En savoir : Vive le dopage ? (Enquête sur un alibi) - Emmanuel Saint-Martin & Docteur Bruno De Lignières


Docteur Fucs

Le Dr Henri Fucs, médecin aujourd'hui oublié, officia dans le milieu du cyclisme professionnel des années 70, notamment aux côtés de Joop Zoetemelk.
En savoir : L'abcès - Henri Fucs


Les médecins "pro-rééquilibrage hormonal"

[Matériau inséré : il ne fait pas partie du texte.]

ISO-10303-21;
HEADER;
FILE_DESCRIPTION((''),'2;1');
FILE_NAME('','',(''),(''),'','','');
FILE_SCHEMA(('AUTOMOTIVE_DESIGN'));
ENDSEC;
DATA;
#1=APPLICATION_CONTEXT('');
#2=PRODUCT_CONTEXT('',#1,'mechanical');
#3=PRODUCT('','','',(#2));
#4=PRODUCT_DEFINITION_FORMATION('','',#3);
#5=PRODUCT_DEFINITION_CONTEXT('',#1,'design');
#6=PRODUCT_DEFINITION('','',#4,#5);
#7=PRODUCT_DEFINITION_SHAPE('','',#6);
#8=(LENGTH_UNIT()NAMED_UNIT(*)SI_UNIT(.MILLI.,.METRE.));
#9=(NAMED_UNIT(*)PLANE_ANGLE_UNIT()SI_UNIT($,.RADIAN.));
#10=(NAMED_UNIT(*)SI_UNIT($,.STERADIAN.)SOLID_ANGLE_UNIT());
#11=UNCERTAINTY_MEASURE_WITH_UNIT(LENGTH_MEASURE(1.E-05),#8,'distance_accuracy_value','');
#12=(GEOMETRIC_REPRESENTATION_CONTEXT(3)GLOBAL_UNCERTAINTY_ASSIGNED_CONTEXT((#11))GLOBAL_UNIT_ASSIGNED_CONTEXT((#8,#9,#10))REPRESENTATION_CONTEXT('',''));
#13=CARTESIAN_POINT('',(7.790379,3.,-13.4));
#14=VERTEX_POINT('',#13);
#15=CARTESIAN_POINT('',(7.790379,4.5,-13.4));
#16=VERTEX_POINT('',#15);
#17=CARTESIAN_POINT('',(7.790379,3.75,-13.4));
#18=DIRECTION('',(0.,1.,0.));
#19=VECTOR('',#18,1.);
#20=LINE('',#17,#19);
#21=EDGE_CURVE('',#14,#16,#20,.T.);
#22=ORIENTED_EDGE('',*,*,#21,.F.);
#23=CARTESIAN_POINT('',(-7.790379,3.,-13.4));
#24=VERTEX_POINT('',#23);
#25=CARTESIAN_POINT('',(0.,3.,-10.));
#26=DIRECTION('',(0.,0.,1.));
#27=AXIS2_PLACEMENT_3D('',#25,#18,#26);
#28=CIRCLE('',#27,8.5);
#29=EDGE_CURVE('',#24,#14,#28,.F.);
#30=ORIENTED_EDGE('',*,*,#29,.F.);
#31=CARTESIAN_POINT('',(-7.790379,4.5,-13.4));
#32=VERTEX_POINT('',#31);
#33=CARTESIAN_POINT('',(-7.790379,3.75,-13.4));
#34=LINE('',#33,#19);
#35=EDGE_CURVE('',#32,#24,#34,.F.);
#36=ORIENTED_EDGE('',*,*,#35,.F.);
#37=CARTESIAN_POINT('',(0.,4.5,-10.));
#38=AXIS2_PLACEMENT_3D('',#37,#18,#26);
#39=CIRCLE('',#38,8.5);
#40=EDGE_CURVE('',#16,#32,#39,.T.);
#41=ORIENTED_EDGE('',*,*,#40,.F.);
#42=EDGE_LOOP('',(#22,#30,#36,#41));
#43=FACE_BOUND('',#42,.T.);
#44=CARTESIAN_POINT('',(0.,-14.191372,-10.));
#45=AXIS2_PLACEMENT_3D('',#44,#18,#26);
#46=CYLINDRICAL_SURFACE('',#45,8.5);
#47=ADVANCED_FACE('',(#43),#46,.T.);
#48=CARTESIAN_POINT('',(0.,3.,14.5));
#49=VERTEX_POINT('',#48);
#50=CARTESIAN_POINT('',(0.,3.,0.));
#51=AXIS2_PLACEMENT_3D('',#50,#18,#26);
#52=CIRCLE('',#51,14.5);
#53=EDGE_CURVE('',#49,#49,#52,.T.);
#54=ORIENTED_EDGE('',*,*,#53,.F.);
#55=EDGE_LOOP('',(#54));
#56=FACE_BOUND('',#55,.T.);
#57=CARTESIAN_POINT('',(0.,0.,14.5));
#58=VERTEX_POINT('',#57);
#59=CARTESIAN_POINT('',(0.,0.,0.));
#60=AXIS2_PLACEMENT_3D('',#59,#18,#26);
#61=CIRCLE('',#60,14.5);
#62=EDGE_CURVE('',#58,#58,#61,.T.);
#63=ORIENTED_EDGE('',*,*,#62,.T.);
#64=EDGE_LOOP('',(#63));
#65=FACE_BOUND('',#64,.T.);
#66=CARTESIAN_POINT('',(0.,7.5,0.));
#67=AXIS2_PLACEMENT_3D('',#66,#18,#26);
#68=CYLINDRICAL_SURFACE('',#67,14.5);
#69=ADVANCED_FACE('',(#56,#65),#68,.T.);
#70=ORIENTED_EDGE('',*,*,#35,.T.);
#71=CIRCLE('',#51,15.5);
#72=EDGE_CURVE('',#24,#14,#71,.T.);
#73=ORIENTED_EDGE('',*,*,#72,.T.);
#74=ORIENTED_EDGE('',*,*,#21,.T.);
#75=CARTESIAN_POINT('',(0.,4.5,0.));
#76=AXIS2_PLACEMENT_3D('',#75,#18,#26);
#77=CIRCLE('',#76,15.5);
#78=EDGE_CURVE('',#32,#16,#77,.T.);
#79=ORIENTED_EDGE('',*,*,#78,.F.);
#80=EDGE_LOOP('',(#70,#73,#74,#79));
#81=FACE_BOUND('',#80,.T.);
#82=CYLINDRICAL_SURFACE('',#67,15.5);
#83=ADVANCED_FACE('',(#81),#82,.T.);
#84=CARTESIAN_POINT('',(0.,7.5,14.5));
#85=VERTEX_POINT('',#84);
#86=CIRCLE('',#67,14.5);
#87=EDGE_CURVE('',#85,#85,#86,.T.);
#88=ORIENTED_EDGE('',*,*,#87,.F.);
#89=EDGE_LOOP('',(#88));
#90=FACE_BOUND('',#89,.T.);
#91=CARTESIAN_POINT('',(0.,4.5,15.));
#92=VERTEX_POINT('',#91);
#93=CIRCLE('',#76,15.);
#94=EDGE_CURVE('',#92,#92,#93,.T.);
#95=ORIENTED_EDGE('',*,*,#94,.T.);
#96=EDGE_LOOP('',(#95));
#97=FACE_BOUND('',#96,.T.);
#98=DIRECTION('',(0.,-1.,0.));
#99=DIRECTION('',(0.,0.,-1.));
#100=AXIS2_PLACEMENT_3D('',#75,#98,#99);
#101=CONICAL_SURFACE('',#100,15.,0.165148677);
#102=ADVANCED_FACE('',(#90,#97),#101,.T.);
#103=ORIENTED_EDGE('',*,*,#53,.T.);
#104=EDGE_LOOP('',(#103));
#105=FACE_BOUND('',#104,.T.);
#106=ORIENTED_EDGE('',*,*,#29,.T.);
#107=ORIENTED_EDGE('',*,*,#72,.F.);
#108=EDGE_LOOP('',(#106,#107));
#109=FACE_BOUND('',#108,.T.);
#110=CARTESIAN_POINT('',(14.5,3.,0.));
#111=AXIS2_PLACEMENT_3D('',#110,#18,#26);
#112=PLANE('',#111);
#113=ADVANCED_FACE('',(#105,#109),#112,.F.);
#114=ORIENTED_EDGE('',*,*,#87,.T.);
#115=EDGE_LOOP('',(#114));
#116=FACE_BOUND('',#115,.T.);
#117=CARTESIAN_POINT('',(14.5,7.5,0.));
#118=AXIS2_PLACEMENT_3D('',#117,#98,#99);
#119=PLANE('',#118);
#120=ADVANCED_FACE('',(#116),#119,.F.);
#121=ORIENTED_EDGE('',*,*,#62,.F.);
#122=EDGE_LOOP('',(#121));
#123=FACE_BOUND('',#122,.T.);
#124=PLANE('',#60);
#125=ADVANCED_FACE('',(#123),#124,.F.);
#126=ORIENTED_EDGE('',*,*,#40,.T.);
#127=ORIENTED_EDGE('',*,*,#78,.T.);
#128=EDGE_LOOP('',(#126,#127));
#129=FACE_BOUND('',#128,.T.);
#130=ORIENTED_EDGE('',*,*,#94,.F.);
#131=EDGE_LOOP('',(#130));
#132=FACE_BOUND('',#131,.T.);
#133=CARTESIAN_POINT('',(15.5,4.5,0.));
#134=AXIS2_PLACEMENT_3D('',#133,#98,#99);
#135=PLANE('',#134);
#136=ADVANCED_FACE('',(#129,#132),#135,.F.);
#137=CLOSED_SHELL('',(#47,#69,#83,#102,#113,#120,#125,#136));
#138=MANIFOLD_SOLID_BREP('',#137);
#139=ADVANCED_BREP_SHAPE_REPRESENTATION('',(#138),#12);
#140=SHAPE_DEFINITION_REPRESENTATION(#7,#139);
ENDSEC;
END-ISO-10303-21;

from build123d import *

# Parameters (mm, degrees)
BOSS_EXTRUDE1_DEPTH = 1.5


with BuildPart() as part:
    # Sketch1 → Revolve1 (revolve)
    with BuildSketch(Plane.XY, mode=Mode.PRIVATE) as revolve1_sk:
        Polygon((0, 0), (14.5, 0), (14.5, 3), (15.5, 3), (15.5, 4.5), (15, 4.5), (14.5, 7.5), (0, 7.5), align=None)
    revolve(revolve1_sk.sketch.rotate(Axis((0, 7.5, 0), (0, -1, 0)), 90), axis=Axis((0, 7.5, 0), (0, -1, 0)))

    # Sketch2 → Boss-Extrude1 (add)
    with BuildSketch(Plane(origin=(0, 4.5, 0), x_dir=(1, 0, 0), z_dir=(0, 1, 0))):
        with BuildLine():
            ThreePointArc((8.080445146, 12.6375), (0, 18.5), (-8.080445146, 12.6375))
            ThreePointArc((-8.080445146, 12.6375), (0, 15), (8.080445146, 12.6375))
        make_face()
    extrude(amount=-BOSS_EXTRUDE1_DEPTH)


solid = part.part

En effectuant et en analysant les entretiens [lors de la Conférence mondiale sur le dopage de Lausanne], nous en sommes venus à définir deux groupes de médecins, les " légalistes ", respectueux de la liste du ministère et les " atypiques ", pro-rééquilibrage hormonal. Ces derniers, au nombre de 7, non compris le feu docteur BELLOCQ et ses adjoints, pensent que le sport de haut niveau actuel est loin de contenir les vertus qui lui sont communément attribuées. Le sport intensif n'est plus la santé, n'est plus l'équité mais contient les vices inhérents à notre société. Ces " atypiques " se considèrent d'abord comme médecins et revendiquent une seule et unique éthique, l'éthique médicale. Leur priorité est la santé du patient, quel qu'il soit. Le sport n'est pas leur préoccupation. Le sportif de haut niveau étant en déficits hormonal et métabolique, il est donc préférable de le complémenter afin qu'il retrouve sa santé. Si ils regrettent la perte des valeurs du sport, ils réclament une certaine prise en compte de la réalité. Parallèlement à cela, on s'aperçoit qu'une majorité des ces médecins ont ou ont eu des opinions politiques plus ou moins marquées à gauche (travaillistes). Ils tiennent un discours de lutte des classes où seul le pauvre se fait prendre et subit les ravages du dopage car il utilise les produits de façon non scientifique.